The thing is we are both double jabbed, have only recently started going to a supermarket once a week to get some shopping, always wear a mask, use hand sanitiser, keep distance as much as possible. I work from home and my husband works mainly out side and still maintains social distance and wears a mask. So we are perplexed as to how and where he may have got it. The hospital think he may have picked it up when he got his booster shot. I am currently unsure if I will have the booster shot as if I recover from this I do not want to get it again.

If this encourages one person to call their doctors surgery or 111 sooner rather than later to nip it in the bud as they say. then it helps. We didn’t because some of the symptoms were normal non covid ones for my husband. Since I was a child I get an annual cough so didn’t think anything of it especially as we were so careful. I am still glad I had the vaccine as I would be a lot worse without it. Right now I am just praying that he makes it out alive. Stay safe, wear a mask, be kind to one another


He is still in hospital on a number of drips and on an experimental COVID drip he is lucid and is better although last night he took a severe dip. I am feeling a little better but when I am, I forget about some of the symptoms I have with it and it comes back and hits me with a full force. 

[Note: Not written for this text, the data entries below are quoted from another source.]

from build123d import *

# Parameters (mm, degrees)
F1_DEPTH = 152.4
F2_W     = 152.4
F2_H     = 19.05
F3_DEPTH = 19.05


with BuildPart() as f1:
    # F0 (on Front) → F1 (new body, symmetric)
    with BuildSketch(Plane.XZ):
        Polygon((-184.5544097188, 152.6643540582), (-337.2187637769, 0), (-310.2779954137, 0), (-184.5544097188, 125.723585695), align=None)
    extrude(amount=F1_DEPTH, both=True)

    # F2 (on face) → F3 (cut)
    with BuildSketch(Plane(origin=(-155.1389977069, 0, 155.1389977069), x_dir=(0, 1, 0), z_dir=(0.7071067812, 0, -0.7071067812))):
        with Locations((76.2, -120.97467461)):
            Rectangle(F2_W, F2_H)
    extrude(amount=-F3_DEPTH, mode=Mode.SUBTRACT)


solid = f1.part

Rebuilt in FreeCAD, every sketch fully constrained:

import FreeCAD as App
import Part
import Sketcher

V = App.Vector
Q = App.Units.Quantity


def add_polygon(sketch, points):
    """Adds a closed chain of lines whose ends are joined by coincident constraints."""
    first, n = sketch.GeometryCount, len(points)
    for a, b in zip(points, points[1:] + points[:1]):
        sketch.addGeometry(Part.LineSegment(App.Vector(*a, 0), App.Vector(*b, 0)), False)
    for i in range(n):
        sketch.addConstraint(Sketcher.Constraint("Coincident", first + i, 2, first + (i + 1) % n, 1))

doc = App.newDocument("Part")
body = doc.addObject("PartDesign::Body", "Body")

# Sketch on XZ plane
sketch1 = doc.addObject("Sketcher::SketchObject", "Sketch")
body.addObject(sketch1)
sketch1.AttachmentSupport = (doc.XZ_Plane, [""])
sketch1.MapMode = "FlatFace"
add_polygon(sketch1, [(-185, 153), (-337, 0), (-310, 0), (-185, 126)])  # lines 0-3
sketch1.addConstraint(Sketcher.Constraint("Horizontal", 1))
sketch1.addConstraint(Sketcher.Constraint("Vertical", 3))
sketch1.addConstraint(Sketcher.Constraint("PointOnObject", 0, 2, -1))
sketch1.addConstraint(Sketcher.Constraint("Parallel", 0, 2))
sketch1.addConstraint(Sketcher.Constraint("Equal", 1, 3))
sketch1.addConstraint(Sketcher.Constraint("Distance", 2, Q("7 in")))
sketch1.addConstraint(Sketcher.Constraint("Distance", 0, Q("8.5 in")))
sketch1.addConstraint(Sketcher.Constraint("DistanceX", 2, 2, -1, 1, 184.55441))
pad1 = doc.addObject("PartDesign::Pad", "Pad")
body.addObject(pad1)
pad1.Profile = sketch1
pad1.Length = Q("12 in")
pad1.Midplane = True

# Sketch on an angled plane
sketch2 = doc.addObject("Sketcher::SketchObject", "Sketch001")
body.addObject(sketch2)
sketch2.Placement = App.Placement(V(-155.138998, 0, 155.138998), App.Rotation(V(0, 1, 0), V(0.707106781, 0, 0.707106781), V(0.707106781, 0, -0.707106781), "ZXY"))
add_polygon(sketch2, [(0, -111), (0, -130), (152, -130), (152, -111)])  # lines 0-3
sketch2.addConstraint(Sketcher.Constraint("Vertical", 0))
sketch2.addConstraint(Sketcher.Constraint("Horizontal", 1))
sketch2.addConstraint(Sketcher.Constraint("Vertical", 2))
sketch2.addConstraint(Sketcher.Constraint("Horizontal", 3))
sketch2.addConstraint(Sketcher.Constraint("PointOnObject", 0, 2, -2))
sketch2.addConstraint(Sketcher.Constraint("DistanceX", 1, 1, 1, 2, Q("6 in")))
sketch2.addConstraint(Sketcher.Constraint("DistanceY", 0, 2, 0, 1, Q("0.75 in")))
sketch2.addConstraint(Sketcher.Constraint("DistanceY", 0, 2, -1, 1, 130.499675))
pocket1 = doc.addObject("PartDesign::Pocket", "Pocket")
body.addObject(pocket1)
pocket1.Profile = sketch2
pocket1.Length = Q("0.75 in")

doc.recompute()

My symptoms have been : Cold and flu type symptoms, cough, change of taste, backed nose, sneezing, runny nose, severe sinus pain- like an earache pain in your nose, hot flushes, and a headache which I originally thought was a migraine and the breathlessness.

02.11.2021 . Husband is home, still tired and breathless, has a cough he is resting but so much better, he just needs to drink more water. I am feeling a lot better today, cough has finally lessened and headaches are less. 

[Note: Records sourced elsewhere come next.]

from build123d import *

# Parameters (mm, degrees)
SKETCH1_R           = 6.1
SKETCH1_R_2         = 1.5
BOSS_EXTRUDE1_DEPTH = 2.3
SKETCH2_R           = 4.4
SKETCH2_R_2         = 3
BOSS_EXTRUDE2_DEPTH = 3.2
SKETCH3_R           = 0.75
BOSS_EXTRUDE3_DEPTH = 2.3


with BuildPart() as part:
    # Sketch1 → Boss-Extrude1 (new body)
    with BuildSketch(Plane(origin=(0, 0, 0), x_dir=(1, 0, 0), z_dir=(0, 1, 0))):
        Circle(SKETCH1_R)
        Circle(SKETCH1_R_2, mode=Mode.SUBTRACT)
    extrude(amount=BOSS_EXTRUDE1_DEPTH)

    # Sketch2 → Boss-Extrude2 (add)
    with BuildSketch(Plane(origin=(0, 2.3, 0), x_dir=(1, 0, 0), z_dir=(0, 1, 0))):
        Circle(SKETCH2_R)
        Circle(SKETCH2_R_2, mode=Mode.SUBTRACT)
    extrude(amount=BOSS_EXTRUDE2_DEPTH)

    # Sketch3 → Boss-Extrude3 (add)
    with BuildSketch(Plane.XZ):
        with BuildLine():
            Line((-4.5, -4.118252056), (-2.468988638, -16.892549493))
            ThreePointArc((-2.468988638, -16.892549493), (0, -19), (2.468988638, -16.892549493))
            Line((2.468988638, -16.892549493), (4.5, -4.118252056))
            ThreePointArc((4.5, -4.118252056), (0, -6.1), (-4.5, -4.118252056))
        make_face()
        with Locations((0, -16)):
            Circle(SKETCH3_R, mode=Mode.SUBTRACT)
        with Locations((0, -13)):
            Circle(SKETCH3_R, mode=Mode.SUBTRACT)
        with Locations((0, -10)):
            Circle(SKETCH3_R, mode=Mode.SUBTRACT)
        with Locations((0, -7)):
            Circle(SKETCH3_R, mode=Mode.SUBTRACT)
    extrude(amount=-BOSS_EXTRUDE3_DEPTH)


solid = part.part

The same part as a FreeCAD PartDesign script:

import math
import FreeCAD as App
import Part
import Sketcher
from FreeCAD import Vector

doc = App.newDocument("Part")
body = doc.addObject("PartDesign::Body", "Body")

sketch1 = doc.addObject("Sketcher::SketchObject", "Sketch")
body.addObject(sketch1)
sketch1.AttachmentSupport = (doc.XZ_Plane, [""])
sketch1.MapMode = "FlatFace"
sketch1.addGeometry([
    Part.Circle(Vector(0, 0, 0), Vector(0, 0, 1), 6.1),
    Part.Circle(Vector(0, 0, 0), Vector(0, 0, 1), 1.5),
], False)
sketch1.addConstraint([
    Sketcher.Constraint("Coincident", 0, 3, -1, 1),
    Sketcher.Constraint("Coincident", 1, 3, -1, 1),
    Sketcher.Constraint("Diameter", 1, 3.0),
    Sketcher.Constraint("Diameter", 0, 12.2),
])
pad1 = doc.addObject("PartDesign::Pad", "Pad")
body.addObject(pad1)
pad1.Profile = sketch1
pad1.Length = 2.3
pad1.Reversed = True

sketch2 = doc.addObject("Sketcher::SketchObject", "Sketch001")
body.addObject(sketch2)
sketch2.AttachmentSupport = (doc.XZ_Plane, [""])
sketch2.MapMode = "FlatFace"
sketch2.AttachmentOffset = App.Placement(Vector(0, 0, -2.3), App.Rotation())
sketch2.addGeometry([
    Part.Circle(Vector(0, 0, 0), Vector(0, 0, 1), 4.4),
    Part.Circle(Vector(0, 0, 0), Vector(0, 0, 1), 3),
], False)
sketch2.addConstraint([
    Sketcher.Constraint("Coincident", 0, 3, -1, 1),
    Sketcher.Constraint("Coincident", 1, 3, -1, 1),
    Sketcher.Constraint("Diameter", 1, 6.0),
    Sketcher.Constraint("Diameter", 0, 8.8),
])
pad2 = doc.addObject("PartDesign::Pad", "Pad001")
body.addObject(pad2)
pad2.Profile = sketch2
pad2.Length = 3.2
pad2.Reversed = True

sketch3 = doc.addObject("Sketcher::SketchObject", "Sketch002")
body.addObject(sketch3)
sketch3.AttachmentSupport = (doc.XZ_Plane, [""])
sketch3.MapMode = "FlatFace"
sketch3.addGeometry([
    Part.LineSegment(Vector(-4.5, -4.118252, 0), Vector(-2.468989, -16.892549, 0)),
    Part.ArcOfCircle(Part.Circle(Vector(0, -16.5, 0), Vector(0, 0, 1), 2.5), math.radians(-170.966043), math.radians(-9.033957)),
    Part.LineSegment(Vector(2.468989, -16.892549, 0), Vector(4.5, -4.118252, 0)),
    Part.ArcOfCircle(Part.Circle(Vector(0, 0, 0), Vector(0, 0, 1), 6.1), math.radians(-137.536275), math.radians(-42.463725)),
    Part.Circle(Vector(0, -16, 0), Vector(0, 0, 1), 0.75),
    Part.Circle(Vector(0, -13, 0), Vector(0, 0, 1), 0.75),
    Part.Circle(Vector(0, -10, 0), Vector(0, 0, 1), 0.75),
    Part.Circle(Vector(0, -7, 0), Vector(0, 0, 1), 0.75),
], False)
sketch3.addConstraint([
    Sketcher.Constraint("Tangent", 0, 2, 1, 1),
    Sketcher.Constraint("Tangent", 1, 2, 2, 1),
    Sketcher.Constraint("Coincident", 2, 2, 3, 2),
    Sketcher.Constraint("Coincident", 3, 1, 0, 1),
    Sketcher.Constraint("Coincident", 3, 3, -1, 1),
    Sketcher.Constraint("Equal", 4, 5),
    Sketcher.Constraint("Equal", 5, 6),
    Sketcher.Constraint("Equal", 6, 7),
    Sketcher.Constraint("Symmetric", 0, 2, 1, 2, -2),
    Sketcher.Constraint("PointOnObject", 4, 3, -2),
    Sketcher.Constraint("PointOnObject", 5, 3, -2),
    Sketcher.Constraint("PointOnObject", 6, 3, -2),
    Sketcher.Constraint("PointOnObject", 7, 3, -2),
    Sketcher.Constraint("Diameter", 4, 1.5),
    Sketcher.Constraint("Radius", 1, 2.5),
    Sketcher.Constraint("Radius", 3, 6.1),
    Sketcher.Constraint("DistanceY", 4, 3, -1, 1, 16.0),
    Sketcher.Constraint("DistanceY", 5, 3, -1, 1, 13.0),
    Sketcher.Constraint("DistanceY", 6, 3, -1, 1, 10.0),
    Sketcher.Constraint("DistanceY", 7, 3, -1, 1, 7.0),
    Sketcher.Constraint("DistanceX", 3, 1, 2, 2, 9.0),
    Sketcher.Constraint("DistanceY", 1, 3, -1, 1, 16.5),
])
pad3 = doc.addObject("PartDesign::Pad", "Pad002")
body.addObject(pad3)
pad3.Profile = sketch3
pad3.Length = 2.3
pad3.Reversed = True

doc.recompute()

08.11.21 Husband is much better, he is drinking more which is good. We both still get breathless intermittently for no reason, have a niggly cough and dry throats. He still gets tired which is a mixture of his CLL and the Covid-19. We have been told these could last weeks. I also have the change of taste. I am longing for a normal tasting coffee. We are both very thankful we are over the worst 

17.11.21 We are definitely better, I still have the odd bout of breathlessness, a dry throat and waiting for the taste buds to come back, Husband has the same but still has the tiredness and a cough. Thank you for all your kind messages. Still can’t work out how we got it which is very annoying but we survived, for which we are thankful

30.12.21 Husband had a throat infection, luckily we called the doctor and they prescribed some antibiotics which resolved this. His glands are still swollen and he now has to have regular PCR tests with the immunology department until there are no more COVID cells in his tests for 3 consecutive ones. This is because he is immunocompromised (his CLL). Silver lining he is still alive .

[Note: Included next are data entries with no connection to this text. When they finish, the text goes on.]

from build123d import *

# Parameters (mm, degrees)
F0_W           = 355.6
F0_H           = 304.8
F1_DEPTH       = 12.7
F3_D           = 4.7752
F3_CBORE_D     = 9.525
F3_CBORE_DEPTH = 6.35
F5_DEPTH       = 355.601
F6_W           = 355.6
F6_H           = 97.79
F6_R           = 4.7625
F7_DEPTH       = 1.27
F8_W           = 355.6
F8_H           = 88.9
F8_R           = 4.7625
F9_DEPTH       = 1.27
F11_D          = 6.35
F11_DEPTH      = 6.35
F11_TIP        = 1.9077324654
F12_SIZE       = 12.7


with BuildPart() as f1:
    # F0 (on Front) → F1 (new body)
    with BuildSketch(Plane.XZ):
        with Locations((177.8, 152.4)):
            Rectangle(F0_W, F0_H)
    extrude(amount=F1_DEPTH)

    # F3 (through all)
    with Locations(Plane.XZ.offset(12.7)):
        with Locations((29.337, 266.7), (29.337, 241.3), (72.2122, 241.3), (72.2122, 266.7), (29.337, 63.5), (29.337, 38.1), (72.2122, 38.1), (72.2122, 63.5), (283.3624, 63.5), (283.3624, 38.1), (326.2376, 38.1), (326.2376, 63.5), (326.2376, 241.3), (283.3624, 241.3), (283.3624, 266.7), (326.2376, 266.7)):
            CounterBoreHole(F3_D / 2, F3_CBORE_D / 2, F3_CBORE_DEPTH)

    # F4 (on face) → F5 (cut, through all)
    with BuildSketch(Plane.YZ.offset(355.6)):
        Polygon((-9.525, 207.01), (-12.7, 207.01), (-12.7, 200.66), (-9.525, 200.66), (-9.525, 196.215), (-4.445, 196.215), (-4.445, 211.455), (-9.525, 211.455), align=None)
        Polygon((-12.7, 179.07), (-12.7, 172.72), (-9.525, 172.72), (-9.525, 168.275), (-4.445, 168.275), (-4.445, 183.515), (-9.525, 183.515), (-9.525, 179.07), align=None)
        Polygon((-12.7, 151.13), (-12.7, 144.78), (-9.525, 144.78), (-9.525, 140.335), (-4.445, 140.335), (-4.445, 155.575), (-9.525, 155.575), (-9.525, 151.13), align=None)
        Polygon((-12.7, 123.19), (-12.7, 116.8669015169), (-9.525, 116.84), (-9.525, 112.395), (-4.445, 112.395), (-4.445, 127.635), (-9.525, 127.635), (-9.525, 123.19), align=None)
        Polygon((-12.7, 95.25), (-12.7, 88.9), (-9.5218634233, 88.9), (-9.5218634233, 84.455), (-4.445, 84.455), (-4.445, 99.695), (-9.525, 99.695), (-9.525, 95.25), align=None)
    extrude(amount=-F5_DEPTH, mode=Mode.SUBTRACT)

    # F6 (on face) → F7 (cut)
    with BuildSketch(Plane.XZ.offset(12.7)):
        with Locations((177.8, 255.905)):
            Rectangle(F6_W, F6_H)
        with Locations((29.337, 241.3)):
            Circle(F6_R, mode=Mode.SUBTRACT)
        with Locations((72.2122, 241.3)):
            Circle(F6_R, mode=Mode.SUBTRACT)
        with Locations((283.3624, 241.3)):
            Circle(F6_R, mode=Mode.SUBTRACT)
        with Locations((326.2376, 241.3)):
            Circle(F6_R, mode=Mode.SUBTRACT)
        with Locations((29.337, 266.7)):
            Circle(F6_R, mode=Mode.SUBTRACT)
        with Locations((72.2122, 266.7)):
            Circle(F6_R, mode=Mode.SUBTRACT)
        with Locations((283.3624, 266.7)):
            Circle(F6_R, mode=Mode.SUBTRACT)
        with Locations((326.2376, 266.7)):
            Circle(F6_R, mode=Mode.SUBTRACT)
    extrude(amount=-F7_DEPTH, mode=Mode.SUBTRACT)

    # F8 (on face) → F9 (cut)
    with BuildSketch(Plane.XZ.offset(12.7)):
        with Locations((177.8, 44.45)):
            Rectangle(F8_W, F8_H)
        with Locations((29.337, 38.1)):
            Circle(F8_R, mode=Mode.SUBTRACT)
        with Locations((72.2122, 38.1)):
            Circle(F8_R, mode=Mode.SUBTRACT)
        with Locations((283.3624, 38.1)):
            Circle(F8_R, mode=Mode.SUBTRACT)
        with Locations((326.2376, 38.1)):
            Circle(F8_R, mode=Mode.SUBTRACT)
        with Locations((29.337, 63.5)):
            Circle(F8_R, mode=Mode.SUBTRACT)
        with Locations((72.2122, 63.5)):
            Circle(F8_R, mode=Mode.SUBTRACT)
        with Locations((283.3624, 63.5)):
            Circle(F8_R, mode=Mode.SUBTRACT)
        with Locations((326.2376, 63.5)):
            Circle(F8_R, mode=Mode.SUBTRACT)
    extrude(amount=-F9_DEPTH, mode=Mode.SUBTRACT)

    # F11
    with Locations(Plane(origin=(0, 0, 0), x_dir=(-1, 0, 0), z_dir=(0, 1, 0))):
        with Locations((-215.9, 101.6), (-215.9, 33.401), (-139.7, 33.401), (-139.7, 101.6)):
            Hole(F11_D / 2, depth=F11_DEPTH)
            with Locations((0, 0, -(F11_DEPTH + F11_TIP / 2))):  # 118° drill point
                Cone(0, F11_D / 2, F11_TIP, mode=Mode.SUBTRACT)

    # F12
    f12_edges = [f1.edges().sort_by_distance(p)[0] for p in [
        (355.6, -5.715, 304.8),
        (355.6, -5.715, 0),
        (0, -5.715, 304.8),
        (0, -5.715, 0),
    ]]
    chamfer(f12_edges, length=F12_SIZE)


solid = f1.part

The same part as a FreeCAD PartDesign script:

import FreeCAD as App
import Part
import Sketcher
Q = App.Units.Quantity


def edges_at(feature, points):
    """Names of the edges that pass closest to the given points."""
    edges = feature.Shape.Edges
    near = lambda p: min(range(len(edges)), key=lambda i: edges[i].distToShape(Part.Vertex(*p))[0])
    return sorted({f"Edge{near(p) + 1}" for p in points})

doc = App.newDocument("Part")
params = doc.addObject("Spreadsheet::Sheet", "Params")
for row, (alias, value) in enumerate([
    ("sketch1_width", "14 in"),
    ("sketch1_height", "12 in"),
    ("pad1_length", "0.5 in"),
    ("sketch2_diameter", "0.188 in"),
    ("hole_diameter", "0.188 in"),
    ("hole_cbore_diameter", "0.375 in"),
    ("hole_cbore_depth", "0.25 in"),
    ("sketch3_width", "0.2 in"),
    ("sketch3_height", "0.6 in"),
    ("sketch3_height2", "0.25 in"),
    ("sketch3_width2", "0.125 in"),
    ("sketch4_width", "14 in"),
    ("sketch4_diameter", "0.375 in"),
    ("sketch4_height", "3.85 in"),
    ("pocket2_length", "0.05 in"),
    ("sketch5_width", "14 in"),
    ("sketch5_diameter", "0.375 in"),
    ("sketch5_height", "3.5 in"),
    ("pocket3_length", "0.05 in"),
    ("sketch6_diameter", "0.25 in"),
    ("hole2_diameter", "0.25 in"),
    ("hole2_depth", "0.25 in"),
    ("chamfer_size", "0.5 in"),
], start=1):
    params.set(f"A{row}", alias)
    params.set(f"B{row}", "=" + value)
    params.setAlias(f"B{row}", alias)

body = doc.addObject("PartDesign::Body", "Body")

sketch1 = body.newObject("Sketcher::SketchObject", "Sketch")
sketch1.AttachmentSupport = (doc.getObject("XZ_Plane"), [""])
sketch1.MapMode = "FlatFace"
sketch1.addGeometry(Part.LineSegment(App.Vector(0, 305, 0), App.Vector(0, 0, 0)), False)
sketch1.addGeometry(Part.LineSegment(App.Vector(0, 0, 0), App.Vector(356, 0, 0)), False)
sketch1.addGeometry(Part.LineSegment(App.Vector(356, 0, 0), App.Vector(356, 305, 0)), False)
sketch1.addGeometry(Part.LineSegment(App.Vector(356, 305, 0), App.Vector(0, 305, 0)), False)
sketch1.addConstraint(Sketcher.Constraint("Coincident", 0, 2, 1, 1))
sketch1.addConstraint(Sketcher.Constraint("Coincident", 1, 2, 2, 1))
sketch1.addConstraint(Sketcher.Constraint("Coincident", 2, 2, 3, 1))
sketch1.addConstraint(Sketcher.Constraint("Coincident", 3, 2, 0, 1))
sketch1.addConstraint(Sketcher.Constraint("Vertical", 0))
sketch1.addConstraint(Sketcher.Constraint("Horizontal", 1))
sketch1.addConstraint(Sketcher.Constraint("Vertical", 2))
sketch1.addConstraint(Sketcher.Constraint("Horizontal", 3))
sketch1.addConstraint(Sketcher.Constraint("Coincident", 0, 2, -1, 1))
sketch1.addConstraint(Sketcher.Constraint("DistanceX", 1, 1, 1, 2, Q("14 in")))
sketch1.addConstraint(Sketcher.Constraint("DistanceY", 0, 2, 0, 1, Q("12 in")))
sketch1.setExpression("Constraints[9]", "Params.sketch1_width")
sketch1.setExpression("Constraints[10]", "Params.sketch1_height")
pad1 = body.newObject("PartDesign::Pad", "Pad")
pad1.Profile = sketch1
pad1.setExpression("Length", "Params.pad1_length")

sketch2 = body.newObject("Sketcher::SketchObject", "Sketch001")
sketch2.AttachmentSupport = (doc.getObject("XZ_Plane"), [""])
sketch2.MapMode = "FlatFace"
sketch2.AttachmentOffset = App.Placement(App.Vector(0, 0, 0.5 * 25.4), App.Rotation())
sketch2.addGeometry(Part.Circle(App.Vector(29.3, 266.7, 0), App.Vector(0, 0, 1), 2.4), False)
sketch2.addGeometry(Part.Circle(App.Vector(29.3, 241.3, 0), App.Vector(0, 0, 1), 2.4), False)
sketch2.addGeometry(Part.Circle(App.Vector(72.2, 241.3, 0), App.Vector(0, 0, 1), 2.4), False)
sketch2.addGeometry(Part.Circle(App.Vector(72.2, 266.7, 0), App.Vector(0, 0, 1), 2.4), False)
sketch2.addGeometry(Part.Circle(App.Vector(29.3, 63.5, 0), App.Vector(0, 0, 1), 2.4), False)
sketch2.addGeometry(Part.Circle(App.Vector(29.3, 38.1, 0), App.Vector(0, 0, 1), 2.4), False)
sketch2.addGeometry(Part.Circle(App.Vector(72.2, 38.1, 0), App.Vector(0, 0, 1), 2.4), False)
sketch2.addGeometry(Part.Circle(App.Vector(72.2, 63.5, 0), App.Vector(0, 0, 1), 2.4), False)
sketch2.addGeometry(Part.Circle(App.Vector(283.4, 63.5, 0), App.Vector(0, 0, 1), 2.4), False)
sketch2.addGeometry(Part.Circle(App.Vector(283.4, 38.1, 0), App.Vector(0, 0, 1), 2.4), False)
sketch2.addGeometry(Part.Circle(App.Vector(326.2, 38.1, 0), App.Vector(0, 0, 1), 2.4), False)
sketch2.addGeometry(Part.Circle(App.Vector(326.2, 63.5, 0), App.Vector(0, 0, 1), 2.4), False)
sketch2.addGeometry(Part.Circle(App.Vector(326.2, 241.3, 0), App.Vector(0, 0, 1), 2.4), False)
sketch2.addGeometry(Part.Circle(App.Vector(283.4, 241.3, 0), App.Vector(0, 0, 1), 2.4), False)
sketch2.addGeometry(Part.Circle(App.Vector(283.4, 266.7, 0), App.Vector(0, 0, 1), 2.4), False)
sketch2.addGeometry(Part.Circle(App.Vector(326.2, 266.7, 0), App.Vector(0, 0, 1), 2.4), False)
sketch2.addConstraint(Sketcher.Constraint("Equal", 0, 1))
sketch2.addConstraint(Sketcher.Constraint("Equal", 1, 2))
sketch2.addConstraint(Sketcher.Constraint("Equal", 2, 3))
sketch2.addConstraint(Sketcher.Constraint("Equal", 3, 4))
sketch2.addConstraint(Sketcher.Constraint("Equal", 4, 5))
sketch2.addConstraint(Sketcher.Constraint("Equal", 5, 6))
sketch2.addConstraint(Sketcher.Constraint("Equal", 6, 7))
sketch2.addConstraint(Sketcher.Constraint("Equal", 7, 8))
sketch2.addConstraint(Sketcher.Constraint("Equal", 8, 9))
sketch2.addConstraint(Sketcher.Constraint("Equal", 9, 10))
sketch2.addConstraint(Sketcher.Constraint("Equal", 10, 11))
sketch2.addConstraint(Sketcher.Constraint("Equal", 11, 12))
sketch2.addConstraint(Sketcher.Constraint("Equal", 12, 13))
sketch2.addConstraint(Sketcher.Constraint("Equal", 13, 14))
sketch2.addConstraint(Sketcher.Constraint("Equal", 14, 15))
sketch2.addConstraint(Sketcher.Constraint("Horizontal", 1, 3, 2, 3))
sketch2.addConstraint(Sketcher.Constraint("Horizontal", 0, 3, 3, 3))
sketch2.addConstraint(Sketcher.Constraint("Horizontal", 5, 3, 6, 3))
sketch2.addConstraint(Sketcher.Constraint("Horizontal", 4, 3, 7, 3))
sketch2.addConstraint(Sketcher.Constraint("Horizontal", 7, 3, 8, 3))
sketch2.addConstraint(Sketcher.Constraint("Horizontal", 6, 3, 9, 3))
sketch2.addConstraint(Sketcher.Constraint("Horizontal", 9, 3, 10, 3))
sketch2.addConstraint(Sketcher.Constraint("Horizontal", 8, 3, 11, 3))
sketch2.addConstraint(Sketcher.Constraint("Horizontal", 2, 3, 12, 3))
sketch2.addConstraint(Sketcher.Constraint("Horizontal", 12, 3, 13, 3))
sketch2.addConstraint(Sketcher.Constraint("Horizontal", 3, 3, 14, 3))
sketch2.addConstraint(Sketcher.Constraint("Horizontal", 14, 3, 15, 3))
sketch2.addConstraint(Sketcher.Constraint("Vertical", 0, 3, 1, 3))
sketch2.addConstraint(Sketcher.Constraint("Vertical", 2, 3, 3, 3))
sketch2.addConstraint(Sketcher.Constraint("Vertical", 1, 3, 4, 3))
sketch2.addConstraint(Sketcher.Constraint("Vertical", 4, 3, 5, 3))
sketch2.addConstraint(Sketcher.Constraint("Vertical", 3, 3, 6, 3))
sketch2.addConstraint(Sketcher.Constraint("Vertical", 6, 3, 7, 3))
sketch2.addConstraint(Sketcher.Constraint("Vertical", 8, 3, 9, 3))
sketch2.addConstraint(Sketcher.Constraint("Vertical", 10, 3, 11, 3))
sketch2.addConstraint(Sketcher.Constraint("Vertical", 11, 3, 12, 3))
sketch2.addConstraint(Sketcher.Constraint("Vertical", 9, 3, 13, 3))
sketch2.addConstraint(Sketcher.Constraint("Vertical", 13, 3, 14, 3))
sketch2.addConstraint(Sketcher.Constraint("Vertical", 12, 3, 15, 3))
sketch2.addConstraint(Sketcher.Constraint("Diameter", 0, Q("0.188 in")))
sketch2.addConstraint(Sketcher.Constraint("DistanceY", 1, 3, 0, 3, Q("1 in")))
sketch2.addConstraint(Sketcher.Constraint("DistanceY", 4, 3, 1, 3, Q("7 in")))
sketch2.addConstraint(Sketcher.Constraint("DistanceY", 5, 3, 4, 3, Q("1 in")))
sketch2.addConstraint(Sketcher.Constraint("DistanceY", -1, 1, 0, 3, Q("10.5 in")))
sketch2.addConstraint(Sketcher.Constraint("DistanceX", -1, 1, 0, 3, Q("1.155 in")))
sketch2.addConstraint(Sketcher.Constraint("DistanceX", -1, 1, 2, 3, Q("2.843 in")))
sketch2.addConstraint(Sketcher.Constraint("DistanceX", -1, 1, 8, 3, Q("11.156 in")))
sketch2.addConstraint(Sketcher.Constraint("DistanceX", -1, 1, 10, 3, Q("12.844 in")))
sketch2.setExpression("Constraints[39]", "Params.sketch2_diameter")
doc.recompute()
hole = body.newObject("PartDesign::Hole", "Hole")
hole.Profile = sketch2
hole.ThreadType = "None"
hole.setExpression("Diameter", "Params.hole_diameter")
hole.DepthType = "ThroughAll"
hole.HoleCutType = "Counterbore"
hole.setExpression("HoleCutDiameter", "Params.hole_cbore_diameter")
hole.setExpression("HoleCutDepth", "Params.hole_cbore_depth")

sketch3 = body.newObject("Sketcher::SketchObject", "Sketch002")
sketch3.AttachmentSupport = (doc.getObject("YZ_Plane"), [""])
sketch3.MapMode = "FlatFace"
sketch3.AttachmentOffset = App.Placement(App.Vector(0, 0, 14 * 25.4), App.Rotation())
sketch3.addGeometry(Part.LineSegment(App.Vector(-9.5, 207, 0), App.Vector(-12.7, 207, 0)), False)
sketch3.addGeometry(Part.LineSegment(App.Vector(-12.7, 207, 0), App.Vector(-12.7, 200.7, 0)), False)
sketch3.addGeometry(Part.LineSegment(App.Vector(-12.7, 200.7, 0), App.Vector(-9.5, 200.7, 0)), False)
sketch3.addGeometry(Part.LineSegment(App.Vector(-9.5, 200.7, 0), App.Vector(-9.5, 196.2, 0)), False)
sketch3.addGeometry(Part.LineSegment(App.Vector(-9.5, 196.2, 0), App.Vector(-4.4, 196.2, 0)), False)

Symptoms The two main things my husband suffered with before treatment and ongoing are the hot flushes and the tiredness. He will be fine then feel extremely hot but not have a temperature, fans don’t always cool him down. One side effect of this is that he can sweat a lot. It also means he can’t sleep properly at night as will wake often. The other is the tiredness/fatigue which even when you explain to people they don’t get it. He will be fine, be alert, active then all his energy will go and he is exhausted and often will be asleep with in minutes. This means especially since he has needed treatment, it ends up in a cycle of not sleeping properly, getting up early, still feeling tired, have a good few hours, sleep most of the afternoon, awake for a few hours then sleep again.! If we are going to watch something of an evening I have to ask how he feels so know whether to watch a shorter or longer item.

November 2022 One thing people don’t realise about living with someone who has a chronic illness is the worry you carry with you about them . When he’s had treatment , is feeling a little low and falls asleep quietly, you watch him to check he is still breathing. When he has his infusion you’re on tenterhooks in case he has a reaction to it and something terrible happens.